Stored items
#####

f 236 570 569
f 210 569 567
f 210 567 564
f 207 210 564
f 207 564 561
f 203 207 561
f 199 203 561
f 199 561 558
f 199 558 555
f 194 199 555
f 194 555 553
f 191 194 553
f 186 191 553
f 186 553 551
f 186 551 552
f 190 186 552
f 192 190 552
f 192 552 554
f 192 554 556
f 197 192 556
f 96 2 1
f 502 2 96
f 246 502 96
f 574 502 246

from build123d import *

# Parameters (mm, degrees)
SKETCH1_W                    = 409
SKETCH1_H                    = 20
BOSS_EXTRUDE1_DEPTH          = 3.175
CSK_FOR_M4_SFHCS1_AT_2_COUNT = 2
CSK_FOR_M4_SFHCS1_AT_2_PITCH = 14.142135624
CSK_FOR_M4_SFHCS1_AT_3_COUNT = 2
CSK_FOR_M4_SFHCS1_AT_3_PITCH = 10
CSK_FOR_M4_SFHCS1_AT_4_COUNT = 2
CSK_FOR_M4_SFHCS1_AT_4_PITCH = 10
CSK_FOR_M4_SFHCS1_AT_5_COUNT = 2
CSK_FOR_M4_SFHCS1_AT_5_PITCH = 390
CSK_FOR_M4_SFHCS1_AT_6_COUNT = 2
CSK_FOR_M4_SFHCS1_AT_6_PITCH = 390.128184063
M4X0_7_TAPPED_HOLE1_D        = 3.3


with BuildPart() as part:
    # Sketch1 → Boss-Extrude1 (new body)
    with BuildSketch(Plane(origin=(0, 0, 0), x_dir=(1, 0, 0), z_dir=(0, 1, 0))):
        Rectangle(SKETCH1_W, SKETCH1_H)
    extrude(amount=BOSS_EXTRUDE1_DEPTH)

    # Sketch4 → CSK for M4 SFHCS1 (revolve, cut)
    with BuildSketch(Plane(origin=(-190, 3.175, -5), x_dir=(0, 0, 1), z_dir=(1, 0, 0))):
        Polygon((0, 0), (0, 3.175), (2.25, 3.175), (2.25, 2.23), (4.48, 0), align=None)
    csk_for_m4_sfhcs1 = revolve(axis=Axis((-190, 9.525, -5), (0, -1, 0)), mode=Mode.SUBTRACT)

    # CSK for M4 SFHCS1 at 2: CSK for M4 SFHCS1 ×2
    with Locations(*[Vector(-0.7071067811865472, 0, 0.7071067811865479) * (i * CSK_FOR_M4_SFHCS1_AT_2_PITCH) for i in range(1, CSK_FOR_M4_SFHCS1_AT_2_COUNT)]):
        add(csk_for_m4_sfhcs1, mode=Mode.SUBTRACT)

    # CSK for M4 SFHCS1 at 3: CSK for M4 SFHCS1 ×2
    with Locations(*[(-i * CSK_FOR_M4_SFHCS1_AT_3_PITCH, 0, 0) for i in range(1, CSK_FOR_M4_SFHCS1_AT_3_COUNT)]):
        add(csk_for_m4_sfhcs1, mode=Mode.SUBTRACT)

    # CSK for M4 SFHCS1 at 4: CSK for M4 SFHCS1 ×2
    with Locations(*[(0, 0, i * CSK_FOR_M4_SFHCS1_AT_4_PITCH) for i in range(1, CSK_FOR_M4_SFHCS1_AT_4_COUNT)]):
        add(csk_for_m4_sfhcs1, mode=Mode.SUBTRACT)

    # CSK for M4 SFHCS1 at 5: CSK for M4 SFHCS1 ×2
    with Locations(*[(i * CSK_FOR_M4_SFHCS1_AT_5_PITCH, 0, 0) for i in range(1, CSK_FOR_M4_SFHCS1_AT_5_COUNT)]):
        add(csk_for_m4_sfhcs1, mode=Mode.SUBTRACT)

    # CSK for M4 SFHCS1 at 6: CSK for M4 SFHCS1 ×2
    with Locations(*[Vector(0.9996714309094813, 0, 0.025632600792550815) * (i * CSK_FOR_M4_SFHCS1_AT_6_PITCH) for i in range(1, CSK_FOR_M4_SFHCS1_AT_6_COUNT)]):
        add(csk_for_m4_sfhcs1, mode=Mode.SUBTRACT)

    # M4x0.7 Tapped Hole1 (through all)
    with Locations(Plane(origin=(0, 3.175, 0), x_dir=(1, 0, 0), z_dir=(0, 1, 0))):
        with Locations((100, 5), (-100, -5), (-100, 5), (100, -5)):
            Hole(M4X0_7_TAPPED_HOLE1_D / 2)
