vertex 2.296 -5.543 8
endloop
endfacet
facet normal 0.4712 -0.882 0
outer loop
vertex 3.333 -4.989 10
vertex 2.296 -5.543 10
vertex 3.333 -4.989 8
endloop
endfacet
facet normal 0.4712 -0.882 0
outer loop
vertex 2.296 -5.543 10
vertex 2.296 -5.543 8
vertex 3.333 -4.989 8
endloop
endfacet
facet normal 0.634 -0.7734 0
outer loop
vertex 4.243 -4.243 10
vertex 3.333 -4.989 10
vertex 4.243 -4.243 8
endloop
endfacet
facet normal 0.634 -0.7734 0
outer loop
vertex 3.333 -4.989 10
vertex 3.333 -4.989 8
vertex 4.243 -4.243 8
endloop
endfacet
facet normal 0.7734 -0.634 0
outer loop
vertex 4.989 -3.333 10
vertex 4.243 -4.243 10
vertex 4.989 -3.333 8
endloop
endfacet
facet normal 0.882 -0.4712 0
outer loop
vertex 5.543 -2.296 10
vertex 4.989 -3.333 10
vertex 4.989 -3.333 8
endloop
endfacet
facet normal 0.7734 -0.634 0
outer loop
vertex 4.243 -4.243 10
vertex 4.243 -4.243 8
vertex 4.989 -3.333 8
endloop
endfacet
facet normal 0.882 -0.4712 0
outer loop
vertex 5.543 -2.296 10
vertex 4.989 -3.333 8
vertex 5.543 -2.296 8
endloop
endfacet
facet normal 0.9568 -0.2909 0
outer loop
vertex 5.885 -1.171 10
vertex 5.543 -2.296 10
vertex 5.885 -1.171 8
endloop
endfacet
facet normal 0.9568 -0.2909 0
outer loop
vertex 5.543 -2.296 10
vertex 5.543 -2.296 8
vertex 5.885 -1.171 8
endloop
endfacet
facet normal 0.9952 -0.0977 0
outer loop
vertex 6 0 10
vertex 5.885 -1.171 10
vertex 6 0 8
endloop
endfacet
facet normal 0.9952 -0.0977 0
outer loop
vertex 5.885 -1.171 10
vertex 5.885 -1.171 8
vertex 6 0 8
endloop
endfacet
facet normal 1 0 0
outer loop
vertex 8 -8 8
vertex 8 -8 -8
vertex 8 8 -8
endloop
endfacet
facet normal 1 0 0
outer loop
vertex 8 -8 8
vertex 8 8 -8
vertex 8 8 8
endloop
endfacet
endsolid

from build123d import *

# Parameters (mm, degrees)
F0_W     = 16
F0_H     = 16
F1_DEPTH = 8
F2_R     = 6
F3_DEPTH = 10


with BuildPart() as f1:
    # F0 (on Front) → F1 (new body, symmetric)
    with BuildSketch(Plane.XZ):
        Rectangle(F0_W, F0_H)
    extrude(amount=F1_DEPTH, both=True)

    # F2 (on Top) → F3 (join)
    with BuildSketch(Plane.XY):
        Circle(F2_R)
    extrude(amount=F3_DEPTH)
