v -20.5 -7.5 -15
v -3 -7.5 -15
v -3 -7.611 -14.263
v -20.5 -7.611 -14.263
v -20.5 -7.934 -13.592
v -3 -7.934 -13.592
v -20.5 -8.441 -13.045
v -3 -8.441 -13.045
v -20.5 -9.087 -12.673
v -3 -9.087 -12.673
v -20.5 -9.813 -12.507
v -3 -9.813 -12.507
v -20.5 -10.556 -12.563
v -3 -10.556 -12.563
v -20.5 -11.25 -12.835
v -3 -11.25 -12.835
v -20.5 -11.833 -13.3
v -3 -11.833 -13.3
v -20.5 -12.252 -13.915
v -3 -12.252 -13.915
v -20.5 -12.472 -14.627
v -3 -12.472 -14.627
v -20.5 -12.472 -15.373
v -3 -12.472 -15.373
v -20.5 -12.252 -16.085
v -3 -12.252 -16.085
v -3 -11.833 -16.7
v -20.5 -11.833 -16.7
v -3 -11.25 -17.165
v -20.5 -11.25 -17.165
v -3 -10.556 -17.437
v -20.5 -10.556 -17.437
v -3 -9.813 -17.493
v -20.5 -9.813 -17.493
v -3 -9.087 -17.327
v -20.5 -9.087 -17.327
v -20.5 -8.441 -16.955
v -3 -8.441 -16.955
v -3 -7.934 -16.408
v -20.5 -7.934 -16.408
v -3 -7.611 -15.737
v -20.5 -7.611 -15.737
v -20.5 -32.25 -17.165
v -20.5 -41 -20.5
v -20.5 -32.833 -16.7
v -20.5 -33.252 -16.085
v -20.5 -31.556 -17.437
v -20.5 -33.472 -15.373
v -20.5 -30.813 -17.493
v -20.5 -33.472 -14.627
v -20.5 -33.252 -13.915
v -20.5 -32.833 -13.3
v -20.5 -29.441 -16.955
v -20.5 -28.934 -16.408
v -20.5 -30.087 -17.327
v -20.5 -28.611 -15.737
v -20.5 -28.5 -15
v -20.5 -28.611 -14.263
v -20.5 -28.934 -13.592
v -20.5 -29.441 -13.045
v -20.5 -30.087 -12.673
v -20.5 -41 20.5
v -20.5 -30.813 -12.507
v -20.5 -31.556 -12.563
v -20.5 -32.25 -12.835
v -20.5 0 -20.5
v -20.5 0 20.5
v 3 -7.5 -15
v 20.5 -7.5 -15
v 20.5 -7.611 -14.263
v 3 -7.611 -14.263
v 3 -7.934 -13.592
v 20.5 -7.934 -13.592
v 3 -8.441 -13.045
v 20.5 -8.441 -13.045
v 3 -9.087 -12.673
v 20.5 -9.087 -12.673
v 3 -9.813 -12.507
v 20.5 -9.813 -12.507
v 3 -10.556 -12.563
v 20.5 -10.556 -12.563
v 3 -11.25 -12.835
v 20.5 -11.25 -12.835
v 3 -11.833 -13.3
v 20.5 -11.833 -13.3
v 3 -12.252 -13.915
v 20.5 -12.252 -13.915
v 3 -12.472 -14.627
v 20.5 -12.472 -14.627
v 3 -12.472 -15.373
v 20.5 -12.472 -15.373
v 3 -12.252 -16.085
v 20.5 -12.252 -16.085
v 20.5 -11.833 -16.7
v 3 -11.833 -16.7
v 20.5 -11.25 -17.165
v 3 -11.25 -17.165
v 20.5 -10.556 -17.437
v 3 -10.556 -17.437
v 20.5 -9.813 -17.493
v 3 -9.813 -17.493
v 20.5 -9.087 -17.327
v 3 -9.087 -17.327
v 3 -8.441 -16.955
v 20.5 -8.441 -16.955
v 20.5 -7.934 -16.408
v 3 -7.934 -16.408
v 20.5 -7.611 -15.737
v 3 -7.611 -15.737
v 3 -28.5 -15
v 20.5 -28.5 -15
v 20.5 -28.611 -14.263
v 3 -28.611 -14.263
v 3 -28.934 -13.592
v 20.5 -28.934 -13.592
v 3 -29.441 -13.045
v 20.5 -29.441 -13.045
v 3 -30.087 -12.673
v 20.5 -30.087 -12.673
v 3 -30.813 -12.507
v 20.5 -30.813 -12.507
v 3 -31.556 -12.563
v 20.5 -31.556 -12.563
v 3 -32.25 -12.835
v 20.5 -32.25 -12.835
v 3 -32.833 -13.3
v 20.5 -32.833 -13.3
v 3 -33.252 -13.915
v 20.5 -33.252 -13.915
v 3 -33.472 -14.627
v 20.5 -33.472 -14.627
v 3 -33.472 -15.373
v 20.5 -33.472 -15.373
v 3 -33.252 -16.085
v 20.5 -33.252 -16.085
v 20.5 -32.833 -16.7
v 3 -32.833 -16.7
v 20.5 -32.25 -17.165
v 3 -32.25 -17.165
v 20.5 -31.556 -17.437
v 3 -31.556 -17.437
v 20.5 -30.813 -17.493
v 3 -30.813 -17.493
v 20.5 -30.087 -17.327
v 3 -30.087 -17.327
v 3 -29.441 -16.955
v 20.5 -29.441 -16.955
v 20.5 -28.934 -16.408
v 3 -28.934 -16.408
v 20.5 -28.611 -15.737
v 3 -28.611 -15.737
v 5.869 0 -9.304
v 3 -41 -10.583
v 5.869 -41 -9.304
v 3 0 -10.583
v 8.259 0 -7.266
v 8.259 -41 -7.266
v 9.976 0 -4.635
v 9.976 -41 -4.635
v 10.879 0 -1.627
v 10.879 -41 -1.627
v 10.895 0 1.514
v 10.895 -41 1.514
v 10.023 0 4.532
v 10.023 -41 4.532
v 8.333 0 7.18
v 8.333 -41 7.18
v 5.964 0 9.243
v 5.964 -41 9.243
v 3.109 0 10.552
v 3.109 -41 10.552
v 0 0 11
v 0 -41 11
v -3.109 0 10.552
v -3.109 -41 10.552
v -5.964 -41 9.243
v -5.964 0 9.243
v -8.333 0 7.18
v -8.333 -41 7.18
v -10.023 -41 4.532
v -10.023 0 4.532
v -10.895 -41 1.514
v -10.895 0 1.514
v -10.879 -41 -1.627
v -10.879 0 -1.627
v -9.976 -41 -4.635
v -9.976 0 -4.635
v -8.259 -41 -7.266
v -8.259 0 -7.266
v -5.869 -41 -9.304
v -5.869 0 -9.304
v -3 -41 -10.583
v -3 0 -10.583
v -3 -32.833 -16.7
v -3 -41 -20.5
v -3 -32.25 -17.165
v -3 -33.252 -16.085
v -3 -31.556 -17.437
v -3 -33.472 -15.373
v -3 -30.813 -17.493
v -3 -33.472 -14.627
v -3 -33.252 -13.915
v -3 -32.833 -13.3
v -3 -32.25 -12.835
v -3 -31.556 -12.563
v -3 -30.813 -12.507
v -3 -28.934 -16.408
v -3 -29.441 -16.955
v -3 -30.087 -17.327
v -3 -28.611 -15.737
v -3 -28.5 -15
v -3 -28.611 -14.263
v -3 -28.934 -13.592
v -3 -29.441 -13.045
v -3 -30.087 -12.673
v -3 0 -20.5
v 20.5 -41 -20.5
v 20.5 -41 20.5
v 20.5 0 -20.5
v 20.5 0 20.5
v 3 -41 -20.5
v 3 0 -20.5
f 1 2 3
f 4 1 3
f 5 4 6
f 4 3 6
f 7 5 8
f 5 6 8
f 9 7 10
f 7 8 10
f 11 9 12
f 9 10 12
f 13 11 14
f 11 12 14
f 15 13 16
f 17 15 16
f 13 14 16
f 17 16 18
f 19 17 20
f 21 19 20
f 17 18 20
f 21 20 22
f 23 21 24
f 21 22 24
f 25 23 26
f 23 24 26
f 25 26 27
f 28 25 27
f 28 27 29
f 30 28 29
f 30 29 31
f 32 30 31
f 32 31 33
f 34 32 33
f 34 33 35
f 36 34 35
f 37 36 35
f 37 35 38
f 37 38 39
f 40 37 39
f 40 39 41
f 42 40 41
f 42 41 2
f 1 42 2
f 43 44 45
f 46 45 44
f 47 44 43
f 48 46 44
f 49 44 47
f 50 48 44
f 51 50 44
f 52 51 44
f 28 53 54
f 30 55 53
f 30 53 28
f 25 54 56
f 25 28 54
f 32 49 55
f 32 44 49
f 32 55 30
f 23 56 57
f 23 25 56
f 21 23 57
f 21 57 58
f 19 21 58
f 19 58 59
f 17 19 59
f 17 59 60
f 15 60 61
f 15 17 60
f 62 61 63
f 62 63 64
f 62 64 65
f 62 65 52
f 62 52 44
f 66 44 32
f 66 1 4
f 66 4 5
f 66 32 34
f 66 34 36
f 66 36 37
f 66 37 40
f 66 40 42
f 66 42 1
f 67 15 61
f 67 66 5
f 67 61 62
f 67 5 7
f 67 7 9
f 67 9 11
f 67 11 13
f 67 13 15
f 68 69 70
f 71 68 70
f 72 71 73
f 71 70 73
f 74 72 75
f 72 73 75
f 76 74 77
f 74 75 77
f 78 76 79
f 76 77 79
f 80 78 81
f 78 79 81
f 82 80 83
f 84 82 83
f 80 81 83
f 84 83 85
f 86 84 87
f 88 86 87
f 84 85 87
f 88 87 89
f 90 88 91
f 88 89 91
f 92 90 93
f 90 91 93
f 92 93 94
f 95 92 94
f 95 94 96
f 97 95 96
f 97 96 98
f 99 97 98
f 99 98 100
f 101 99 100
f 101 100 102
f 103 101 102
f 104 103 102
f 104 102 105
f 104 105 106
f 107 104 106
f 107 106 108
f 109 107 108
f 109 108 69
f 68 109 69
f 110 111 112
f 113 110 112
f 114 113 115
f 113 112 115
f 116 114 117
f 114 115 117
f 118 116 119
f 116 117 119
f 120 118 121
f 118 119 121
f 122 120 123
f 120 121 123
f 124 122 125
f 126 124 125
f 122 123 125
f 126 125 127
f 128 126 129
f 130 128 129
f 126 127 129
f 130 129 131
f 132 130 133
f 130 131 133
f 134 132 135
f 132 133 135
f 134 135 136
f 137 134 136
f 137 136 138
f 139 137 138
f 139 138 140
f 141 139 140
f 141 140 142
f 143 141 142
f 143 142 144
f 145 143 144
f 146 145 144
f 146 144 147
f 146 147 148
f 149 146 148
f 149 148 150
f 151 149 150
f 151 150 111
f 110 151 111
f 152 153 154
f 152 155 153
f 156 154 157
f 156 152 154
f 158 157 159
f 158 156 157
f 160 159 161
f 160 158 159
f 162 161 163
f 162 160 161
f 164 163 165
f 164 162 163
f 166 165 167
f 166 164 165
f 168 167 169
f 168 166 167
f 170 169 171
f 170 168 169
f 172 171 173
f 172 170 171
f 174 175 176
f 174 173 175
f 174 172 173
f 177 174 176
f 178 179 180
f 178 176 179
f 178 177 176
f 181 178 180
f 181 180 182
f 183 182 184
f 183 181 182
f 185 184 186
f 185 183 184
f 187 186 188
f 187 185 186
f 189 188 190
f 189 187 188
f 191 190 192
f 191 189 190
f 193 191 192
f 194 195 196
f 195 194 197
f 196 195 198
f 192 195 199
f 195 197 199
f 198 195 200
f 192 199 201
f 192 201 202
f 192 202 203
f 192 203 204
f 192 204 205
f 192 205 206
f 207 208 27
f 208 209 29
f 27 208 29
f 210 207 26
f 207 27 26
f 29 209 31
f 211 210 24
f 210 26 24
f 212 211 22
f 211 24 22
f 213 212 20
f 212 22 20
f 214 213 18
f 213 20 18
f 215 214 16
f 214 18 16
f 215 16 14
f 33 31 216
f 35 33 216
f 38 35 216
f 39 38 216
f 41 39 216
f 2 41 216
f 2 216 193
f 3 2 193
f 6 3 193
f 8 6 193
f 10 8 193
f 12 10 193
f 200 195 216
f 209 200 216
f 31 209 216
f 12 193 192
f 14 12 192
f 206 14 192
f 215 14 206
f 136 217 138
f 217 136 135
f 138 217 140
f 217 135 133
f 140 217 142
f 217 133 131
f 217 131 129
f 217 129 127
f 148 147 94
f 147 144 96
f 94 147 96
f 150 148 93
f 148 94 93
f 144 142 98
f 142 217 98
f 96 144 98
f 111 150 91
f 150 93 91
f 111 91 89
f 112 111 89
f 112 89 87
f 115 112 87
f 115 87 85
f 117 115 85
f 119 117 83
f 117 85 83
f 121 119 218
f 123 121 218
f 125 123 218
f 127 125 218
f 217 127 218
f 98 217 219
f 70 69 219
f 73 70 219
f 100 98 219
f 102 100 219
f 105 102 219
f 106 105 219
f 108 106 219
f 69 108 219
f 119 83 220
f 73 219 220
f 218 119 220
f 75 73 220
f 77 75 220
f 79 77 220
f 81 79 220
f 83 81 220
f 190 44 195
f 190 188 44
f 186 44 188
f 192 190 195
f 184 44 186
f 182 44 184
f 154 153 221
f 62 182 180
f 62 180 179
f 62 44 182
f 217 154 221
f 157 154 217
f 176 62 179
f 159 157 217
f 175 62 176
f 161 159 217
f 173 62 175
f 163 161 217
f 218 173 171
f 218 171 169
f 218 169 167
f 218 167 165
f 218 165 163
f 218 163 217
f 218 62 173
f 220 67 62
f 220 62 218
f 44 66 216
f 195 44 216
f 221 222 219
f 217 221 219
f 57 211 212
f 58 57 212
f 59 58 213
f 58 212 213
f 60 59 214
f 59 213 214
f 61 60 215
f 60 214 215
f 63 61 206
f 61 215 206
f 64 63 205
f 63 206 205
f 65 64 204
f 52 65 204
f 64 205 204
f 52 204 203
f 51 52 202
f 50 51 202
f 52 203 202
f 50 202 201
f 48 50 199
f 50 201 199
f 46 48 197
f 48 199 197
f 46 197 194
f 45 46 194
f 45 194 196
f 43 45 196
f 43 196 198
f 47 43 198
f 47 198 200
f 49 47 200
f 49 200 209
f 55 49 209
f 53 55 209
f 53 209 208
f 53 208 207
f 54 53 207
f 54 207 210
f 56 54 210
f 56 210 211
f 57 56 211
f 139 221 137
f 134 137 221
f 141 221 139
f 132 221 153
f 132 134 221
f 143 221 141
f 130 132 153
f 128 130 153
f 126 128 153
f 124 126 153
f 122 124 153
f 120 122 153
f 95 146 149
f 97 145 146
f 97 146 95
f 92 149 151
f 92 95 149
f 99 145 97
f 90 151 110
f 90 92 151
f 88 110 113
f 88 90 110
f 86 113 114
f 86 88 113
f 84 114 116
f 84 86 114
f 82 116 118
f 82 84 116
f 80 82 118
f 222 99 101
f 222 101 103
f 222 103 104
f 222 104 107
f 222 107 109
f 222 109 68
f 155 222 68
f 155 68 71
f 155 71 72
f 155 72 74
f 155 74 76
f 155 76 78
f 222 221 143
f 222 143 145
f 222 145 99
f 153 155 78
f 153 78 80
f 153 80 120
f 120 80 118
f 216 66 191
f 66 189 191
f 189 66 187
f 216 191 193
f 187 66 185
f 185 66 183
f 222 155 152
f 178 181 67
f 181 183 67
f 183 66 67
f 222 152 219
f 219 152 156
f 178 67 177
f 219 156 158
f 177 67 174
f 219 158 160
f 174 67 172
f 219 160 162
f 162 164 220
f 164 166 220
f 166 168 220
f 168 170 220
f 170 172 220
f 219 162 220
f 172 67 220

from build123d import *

# Parameters (mm, degrees)
F0_W     = 41
F0_H     = 41
F0_R     = 11
F1_DEPTH = 41
F2_W     = 6
F2_H     = 11.5
F3_DEPTH = 41.001
F4_R     = 2.5
F5_DEPTH = 41.001


# Not quite as in the source:
# - a feature names something its author has since deleted; it is built from what else it names


with BuildPart() as f1:
    # F0 (on Front) → F1 (new body)
    with BuildSketch(Plane.XZ):
        Rectangle(F0_W, F0_H)
        Circle(F0_R, mode=Mode.SUBTRACT)
    extrude(amount=F1_DEPTH)

    # F2 (on Front) → F3 (cut, through all)
    with BuildSketch(Plane.XZ):
        with Locations((0, -14.9551387876)):
            Rectangle(F2_W, F2_H)
    extrude(amount=F3_DEPTH, mode=Mode.SUBTRACT)

    # F4 (on face) → F5 (cut, through all)
    with BuildSketch(Plane.YZ.offset(20.5)):
        with Locations((-31, -15)):
            Circle(F4_R)
        with Locations((-10, -15)):
            Circle(F4_R)
    extrude(amount=-F5_DEPTH, mode=Mode.SUBTRACT)


solid = f1.part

#####

Exercise directions. From the records above, transcribe exactly the run of lines that opens with the line holding "v 3 -9.813 -17.493" and closes with the line holding "v 3 -41 -10.583", both included.

Output below.
v 3 -9.813 -17.493
v 20.5 -9.087 -17.327
v 3 -9.087 -17.327
v 3 -8.441 -16.955
v 20.5 -8.441 -16.955
v 20.5 -7.934 -16.408
v 3 -7.934 -16.408
v 20.5 -7.611 -15.737
v 3 -7.611 -15.737
v 3 -28.5 -15
v 20.5 -28.5 -15
v 20.5 -28.611 -14.263
v 3 -28.611 -14.263
v 3 -28.934 -13.592
v 20.5 -28.934 -13.592
v 3 -29.441 -13.045
v 20.5 -29.441 -13.045
v 3 -30.087 -12.673
v 20.5 -30.087 -12.673
v 3 -30.813 -12.507
v 20.5 -30.813 -12.507
v 3 -31.556 -12.563
v 20.5 -31.556 -12.563
v 3 -32.25 -12.835
v 20.5 -32.25 -12.835
v 3 -32.833 -13.3
v 20.5 -32.833 -13.3
v 3 -33.252 -13.915
v 20.5 -33.252 -13.915
v 3 -33.472 -14.627
v 20.5 -33.472 -14.627
v 3 -33.472 -15.373
v 20.5 -33.472 -15.373
v 3 -33.252 -16.085
v 20.5 -33.252 -16.085
v 20.5 -32.833 -16.7
v 3 -32.833 -16.7
v 20.5 -32.25 -17.165
v 3 -32.25 -17.165
v 20.5 -31.556 -17.437
v 3 -31.556 -17.437
v 20.5 -30.813 -17.493
v 3 -30.813 -17.493
v 20.5 -30.087 -17.327
v 3 -30.087 -17.327
v 3 -29.441 -16.955
v 20.5 -29.441 -16.955
v 20.5 -28.934 -16.408
v 3 -28.934 -16.408
v 20.5 -28.611 -15.737
v 3 -28.611 -15.737
v 5.869 0 -9.304
v 3 -41 -10.583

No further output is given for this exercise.